Low clinical sensitivity and unexpectedly high incidence for neuropathologically diagnosed progressive supranuclear palsy
- PMID: 37040756
- PMCID: PMC10117158
- DOI: 10.1093/jnen/nlad025
Low clinical sensitivity and unexpectedly high incidence for neuropathologically diagnosed progressive supranuclear palsy
Abstract
The objective of this study was to determine the prevalence, incidence, and clinical diagnostic accuracy for neuropathologically diagnosed progressive supranuclear palsy (PSP) with data from a longitudinal clinicopathological study using Rainwater criteria to define neuropathological PSP. Of 954 autopsy cases, 101 met Rainwater criteria for the neuropathologic diagnosis of PSP. Of these, 87 were termed clinicopathological PSP as they also had either dementia or parkinsonism or both.

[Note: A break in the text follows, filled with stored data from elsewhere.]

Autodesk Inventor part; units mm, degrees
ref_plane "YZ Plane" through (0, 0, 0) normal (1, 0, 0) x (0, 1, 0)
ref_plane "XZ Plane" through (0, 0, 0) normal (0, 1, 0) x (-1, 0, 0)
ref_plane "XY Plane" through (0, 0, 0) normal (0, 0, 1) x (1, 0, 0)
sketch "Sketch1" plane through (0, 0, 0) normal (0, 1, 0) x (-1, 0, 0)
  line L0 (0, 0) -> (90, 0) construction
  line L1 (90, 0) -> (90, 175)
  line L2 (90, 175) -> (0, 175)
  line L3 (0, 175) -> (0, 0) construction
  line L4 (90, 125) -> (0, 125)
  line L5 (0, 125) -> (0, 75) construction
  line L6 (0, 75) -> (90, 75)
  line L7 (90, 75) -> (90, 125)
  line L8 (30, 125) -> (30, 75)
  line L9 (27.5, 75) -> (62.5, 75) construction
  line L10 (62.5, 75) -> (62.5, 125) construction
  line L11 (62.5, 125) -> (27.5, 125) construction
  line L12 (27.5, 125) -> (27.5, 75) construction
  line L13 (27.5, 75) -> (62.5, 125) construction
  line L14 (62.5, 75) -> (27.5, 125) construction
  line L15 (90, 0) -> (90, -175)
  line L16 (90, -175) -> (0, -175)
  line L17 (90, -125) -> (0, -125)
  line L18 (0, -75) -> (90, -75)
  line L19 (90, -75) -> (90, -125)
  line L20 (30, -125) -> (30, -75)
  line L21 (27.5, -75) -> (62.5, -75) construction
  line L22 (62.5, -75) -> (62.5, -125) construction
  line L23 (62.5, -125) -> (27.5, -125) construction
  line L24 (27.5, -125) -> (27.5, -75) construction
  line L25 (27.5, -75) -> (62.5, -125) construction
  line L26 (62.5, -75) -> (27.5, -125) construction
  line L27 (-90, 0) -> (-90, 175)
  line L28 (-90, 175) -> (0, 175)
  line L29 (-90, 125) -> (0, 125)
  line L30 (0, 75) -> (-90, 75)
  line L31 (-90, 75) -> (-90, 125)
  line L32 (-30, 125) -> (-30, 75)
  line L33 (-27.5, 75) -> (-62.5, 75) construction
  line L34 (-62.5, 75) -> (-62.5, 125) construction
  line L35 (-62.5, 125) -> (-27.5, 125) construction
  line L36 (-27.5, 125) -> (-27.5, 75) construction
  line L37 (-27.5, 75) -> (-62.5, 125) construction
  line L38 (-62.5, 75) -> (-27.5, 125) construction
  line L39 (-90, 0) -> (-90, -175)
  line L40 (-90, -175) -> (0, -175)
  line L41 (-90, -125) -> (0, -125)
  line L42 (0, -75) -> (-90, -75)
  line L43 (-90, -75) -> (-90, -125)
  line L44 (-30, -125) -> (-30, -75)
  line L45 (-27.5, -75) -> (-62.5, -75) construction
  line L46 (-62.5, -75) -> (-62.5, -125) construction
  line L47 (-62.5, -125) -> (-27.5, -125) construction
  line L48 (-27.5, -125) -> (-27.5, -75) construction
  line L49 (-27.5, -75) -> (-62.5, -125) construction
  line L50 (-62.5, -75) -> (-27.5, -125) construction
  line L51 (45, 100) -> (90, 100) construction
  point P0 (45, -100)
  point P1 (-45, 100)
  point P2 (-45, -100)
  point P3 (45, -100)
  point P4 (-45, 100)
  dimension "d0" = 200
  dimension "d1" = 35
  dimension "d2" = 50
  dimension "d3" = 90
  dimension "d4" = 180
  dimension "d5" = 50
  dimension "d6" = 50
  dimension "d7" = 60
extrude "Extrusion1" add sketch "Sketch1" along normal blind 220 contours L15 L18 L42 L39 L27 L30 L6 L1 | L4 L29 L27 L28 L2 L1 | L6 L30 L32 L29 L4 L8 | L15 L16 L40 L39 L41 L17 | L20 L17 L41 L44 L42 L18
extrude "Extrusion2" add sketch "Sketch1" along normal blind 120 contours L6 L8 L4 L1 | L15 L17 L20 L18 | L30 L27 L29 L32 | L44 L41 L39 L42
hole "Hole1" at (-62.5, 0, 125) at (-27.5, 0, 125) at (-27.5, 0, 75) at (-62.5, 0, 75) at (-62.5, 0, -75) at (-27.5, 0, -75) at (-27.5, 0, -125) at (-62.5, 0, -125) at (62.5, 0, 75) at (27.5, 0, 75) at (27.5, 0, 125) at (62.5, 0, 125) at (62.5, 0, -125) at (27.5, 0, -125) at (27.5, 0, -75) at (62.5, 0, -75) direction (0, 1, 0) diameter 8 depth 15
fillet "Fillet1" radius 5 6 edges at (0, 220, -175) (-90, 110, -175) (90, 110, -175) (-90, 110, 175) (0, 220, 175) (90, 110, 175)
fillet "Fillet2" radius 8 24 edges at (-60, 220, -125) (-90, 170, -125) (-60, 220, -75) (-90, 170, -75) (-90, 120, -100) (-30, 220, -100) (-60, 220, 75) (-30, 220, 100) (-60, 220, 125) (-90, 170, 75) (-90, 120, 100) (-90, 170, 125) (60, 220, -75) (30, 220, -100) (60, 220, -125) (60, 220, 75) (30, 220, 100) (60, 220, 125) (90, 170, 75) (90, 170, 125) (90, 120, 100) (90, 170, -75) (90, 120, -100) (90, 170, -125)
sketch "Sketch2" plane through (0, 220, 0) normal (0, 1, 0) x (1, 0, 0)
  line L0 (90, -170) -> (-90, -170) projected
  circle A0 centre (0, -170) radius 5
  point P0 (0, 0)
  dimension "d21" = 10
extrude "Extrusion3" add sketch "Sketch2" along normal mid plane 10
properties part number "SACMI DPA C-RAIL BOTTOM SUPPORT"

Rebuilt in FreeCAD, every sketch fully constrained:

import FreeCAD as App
import Part
import Sketcher


def edges_at(feature, points):
    """Names of the edges that pass closest to the given points."""
    edges = feature.Shape.Edges
    near = lambda p: min(range(len(edges)), key=lambda i: edges[i].distToShape(Part.Vertex(*p))[0])
    return sorted({f"Edge{near(p) + 1}" for p in points})


def add_polygon(sketch, points):
    """Adds a closed chain of lines whose ends are joined by coincident constraints."""
    first, n = sketch.GeometryCount, len(points)
    for a, b in zip(points, points[1:] + points[:1]):
        sketch.addGeometry(Part.LineSegment(App.Vector(*a, 0), App.Vector(*b, 0)), False)
    for i in range(n):
        sketch.addConstraint(Sketcher.Constraint("Coincident", first + i, 2, first + (i + 1) % n, 1))

doc = App.newDocument("Part")
body = doc.addObject("PartDesign::Body", "Body")

sketch1 = doc.addObject("Sketcher::SketchObject", "Sketch")
body.addObject(sketch1)
sketch1.AttachmentSupport = (doc.XZ_Plane, [""])
sketch1.MapMode = "FlatFace"
add_polygon(sketch1, [(-90, -75), (-90, 75), (-30, 75), (-30, 125), (-90, 125), (-90, 175), (90, 175), (90, 125), (30, 125), (30, 75), (90, 75), (90, -75), (30, -75), (30, -125), (90, -125), (90, -175), (-90, -175), (-90, -125), (-30, -125), (-30, -75)])
sketch1.addConstraint(Sketcher.Constraint("Vertical", 0))
sketch1.addConstraint(Sketcher.Constraint("Horizontal", 1))
sketch1.addConstraint(Sketcher.Constraint("Vertical", 2))
sketch1.addConstraint(Sketcher.Constraint("Horizontal", 3))
sketch1.addConstraint(Sketcher.Constraint("Vertical", 4))
sketch1.addConstraint(Sketcher.Constraint("Horizontal", 5))
sketch1.addConstraint(Sketcher.Constraint("Vertical", 6))
sketch1.addConstraint(Sketcher.Constraint("Horizontal", 7))
sketch1.addConstraint(Sketcher.Constraint("Vertical", 8))
sketch1.addConstraint(Sketcher.Constraint("Horizontal", 9))
sketch1.addConstraint(Sketcher.Constraint("Vertical", 10))
sketch1.addConstraint(Sketcher.Constraint("Horizontal", 11))
sketch1.addConstraint(Sketcher.Constraint("Vertical", 12))
sketch1.addConstraint(Sketcher.Constraint("Horizontal", 13))
sketch1.addConstraint(Sketcher.Constraint("Vertical", 14))
sketch1.addConstraint(Sketcher.Constraint("Horizontal", 15))
sketch1.addConstraint(Sketcher.Constraint("Vertical", 16))
sketch1.addConstraint(Sketcher.Constraint("Horizontal", 17))
sketch1.addConstraint(Sketcher.Constraint("Vertical", 18))
sketch1.addConstraint(Sketcher.Constraint("Horizontal", 19))
sketch1.addConstraint(Sketcher.Constraint("Symmetric", 0, 2, 10, 2, -1, 1))
sketch1.addConstraint(Sketcher.Constraint("Symmetric", 2, 2, 12, 2, -1, 1))
sketch1.addConstraint(Sketcher.Constraint("Symmetric", 4, 2, 14, 2, -1, 1))
sketch1.addConstraint(Sketcher.Constraint("Symmetric", 6, 2, 16, 2, -1, 1))
sketch1.addConstraint(Sketcher.Constraint("Symmetric", 8, 2, 18, 2, -1, 1))
sketch1.addConstraint(Sketcher.Constraint("Symmetric", 3, 2, 6, 2, -2))
sketch1.addConstraint(Sketcher.Constraint("Symmetric", 1, 2, 8, 2, -2))
sketch1.addConstraint(Sketcher.Constraint("Vertical", 0, 2, 3, 2))
sketch1.addConstraint(Sketcher.Constraint("Equal", 2, 4))
sketch1.addConstraint(Sketcher.Constraint("DistanceX", 1, 1, 1, 2, 60.0))
sketch1.addConstraint(Sketcher.Constraint("DistanceX", 5, 1, 5, 2, 180.0))
sketch1.addConstraint(Sketcher.Constraint("DistanceY", 2, 1, 2, 2, 50.0))
sketch1.addConstraint(Sketcher.Constraint("DistanceY", 10, 2, 6, 2, 200.0))
pad1 = doc.addObject("PartDesign::Pad", "Pad")
body.addObject(pad1)
pad1.Profile = sketch1
pad1.Length = 220
pad1.Reversed = True

sketch2 = doc.addObject("Sketcher::SketchObject", "Sketch001")
body.addObject(sketch2)
sketch2.AttachmentSupport = (doc.XZ_Plane, [""])
sketch2.MapMode = "FlatFace"
add_polygon(sketch2, [(-30, 75), (-90, 75), (-90, 125), (-30, 125)])
add_polygon(sketch2, [(-90, -125), (-90, -75), (-30, -75), (-30, -125)])
add_polygon(sketch2, [(90, 75), (30, 75), (30, 125), (90, 125)])
add_polygon(sketch2, [(30, -125), (30, -75), (90, -75), (90, -125)])
sketch2.addConstraint(Sketcher.Constraint("Horizontal", 0))
sketch2.addConstraint(Sketcher.Constraint("Vertical", 1))
sketch2.addConstraint(Sketcher.Constraint("Horizontal", 2))
sketch2.addConstraint(Sketcher.Constraint("Vertical", 3))
sketch2.addConstraint(Sketcher.Constraint("Vertical", 4))
sketch2.addConstraint(Sketcher.Constraint("Horizontal", 5))
sketch2.addConstraint(Sketcher.Constraint("Vertical", 6))
sketch2.addConstraint(Sketcher.Constraint("Horizontal", 7))
sketch2.addConstraint(Sketcher.Constraint("Horizontal", 8))
sketch2.addConstraint(Sketcher.Constraint("Vertical", 9))
sketch2.addConstraint(Sketcher.Constraint("Horizontal", 10))
sketch2.addConstraint(Sketcher.Constraint("Vertical", 11))
sketch2.addConstraint(Sketcher.Constraint("Vertical", 12))
sketch2.addConstraint(Sketcher.Constraint("Horizontal", 13))
sketch2.addConstraint(Sketcher.Constraint("Vertical", 14))
sketch2.addConstraint(Sketcher.Constraint("Horizontal", 15))
sketch2.addConstraint(Sketcher.Constraint("Symmetric", 5, 2, 8, 2, -1, 1))
sketch2.addConstraint(Sketcher.Constraint("Symmetric", 7, 2, 10, 2, -1, 1))
sketch2.addConstraint(Sketcher.Constraint("Symmetric", 3, 2, 12, 2, -1, 1))
sketch2.addConstraint(Sketcher.Constraint("Symmetric", 1, 2, 14, 2, -1, 1))
sketch2.addConstraint(Sketcher.Constraint("Symmetric", 3, 2, 8, 2, -2))
sketch2.addConstraint(Sketcher.Constraint("Symmetric", 1, 2, 10, 2, -2))
sketch2.addConstraint(Sketcher.Constraint("DistanceX", 0, 2, 0, 1, 60.0))
sketch2.addConstraint(Sketcher.Constraint("DistanceY", 1, 1, 1, 2, 50.0))
sketch2.addConstraint(Sketcher.Constraint("DistanceX", 0, 2, -1, 1, 90.0))
sketch2.addConstraint(Sketcher.Constraint("DistanceY", 4, 2, 1, 2, 200.0))
pad2 = doc.addObject("PartDesign::Pad", "Pad001")
body.addObject(pad2)
pad2.Profile = sketch2
pad2.Length = 120
pad2.Reversed = True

The prevalence of clinicopathologically defined PSP subjects in the entire autopsy dataset was 9.1%, while the incidence rate was estimated at 780 per 100 000 persons per year, roughly 50-fold greater than most previous clinically determined PSP incidence estimates. A clinical diagnosis of PSP was 99.6% specific but only 9.2% sensitive based on first examination, and 99.3% specific and 20.7% sensitive based on the final clinical exam. Of the clinicopathologically defined PSP cases, 35/87 (∼40%) had no form of parkinsonism at first assessment, while this decreased to 18/83 (21.7%) at final assessment. Our study confirms a high specificity but low sensitivity for the clinical diagnosis of PSP. The low clinical sensitivity for PSP is likely primarily responsible for previous underestimates of the PSP population incidence rate.
Keywords: Autopsy; Dementia; Diagnosis; Neuropathology; Parkinsonism; Tau; Tufted astrocyte.
© The Author(s) 2023. Published by Oxford University Press on behalf of American Association of Neuropathologists, Inc. All rights reserved. For permissions, please email: journals.permissions@oup.com.
Conflict of interest statement
H.A.S. reports receiving research support in the past 12 months from Transposon Therapeutics, Saccadous Inc, NINDS/NIH, Jazz Pharmaceuticals, Supernus, Parkinson’s Foundation and Barrow Neurological Foundation and consulting honoraria from AbbVie and the Tremor Research Group. S.H.M. reports consulting relationships with AbbVie and Sunovion in the past 12 months. A.A. reports receiving honoraria or support for consulting; participating in independent data safety monitoring boards; providing educational lectures, programs, and materials; travel, or serving on advisory boards for Acadia, Alzheimer’s Association, Alzheimer’s Disease International, Biogen, Eisai, Lundbeck, Roche/Genentech, Novo Nordisk, and Qynapse. Book royalties from Oxford University Press for a medical book on dementia. Institutional research grant/contract funding from AZ DHS CTR040636, the Foundation for NIH, Washington University St Louis, and Gates Ventures. C.H.A. reports consulting for Avion, Cionic, CND Life Sciences, Jazz Pharmaceuticals, and XW Pharma. The other authors report no additional disclosures or conflicts of interest.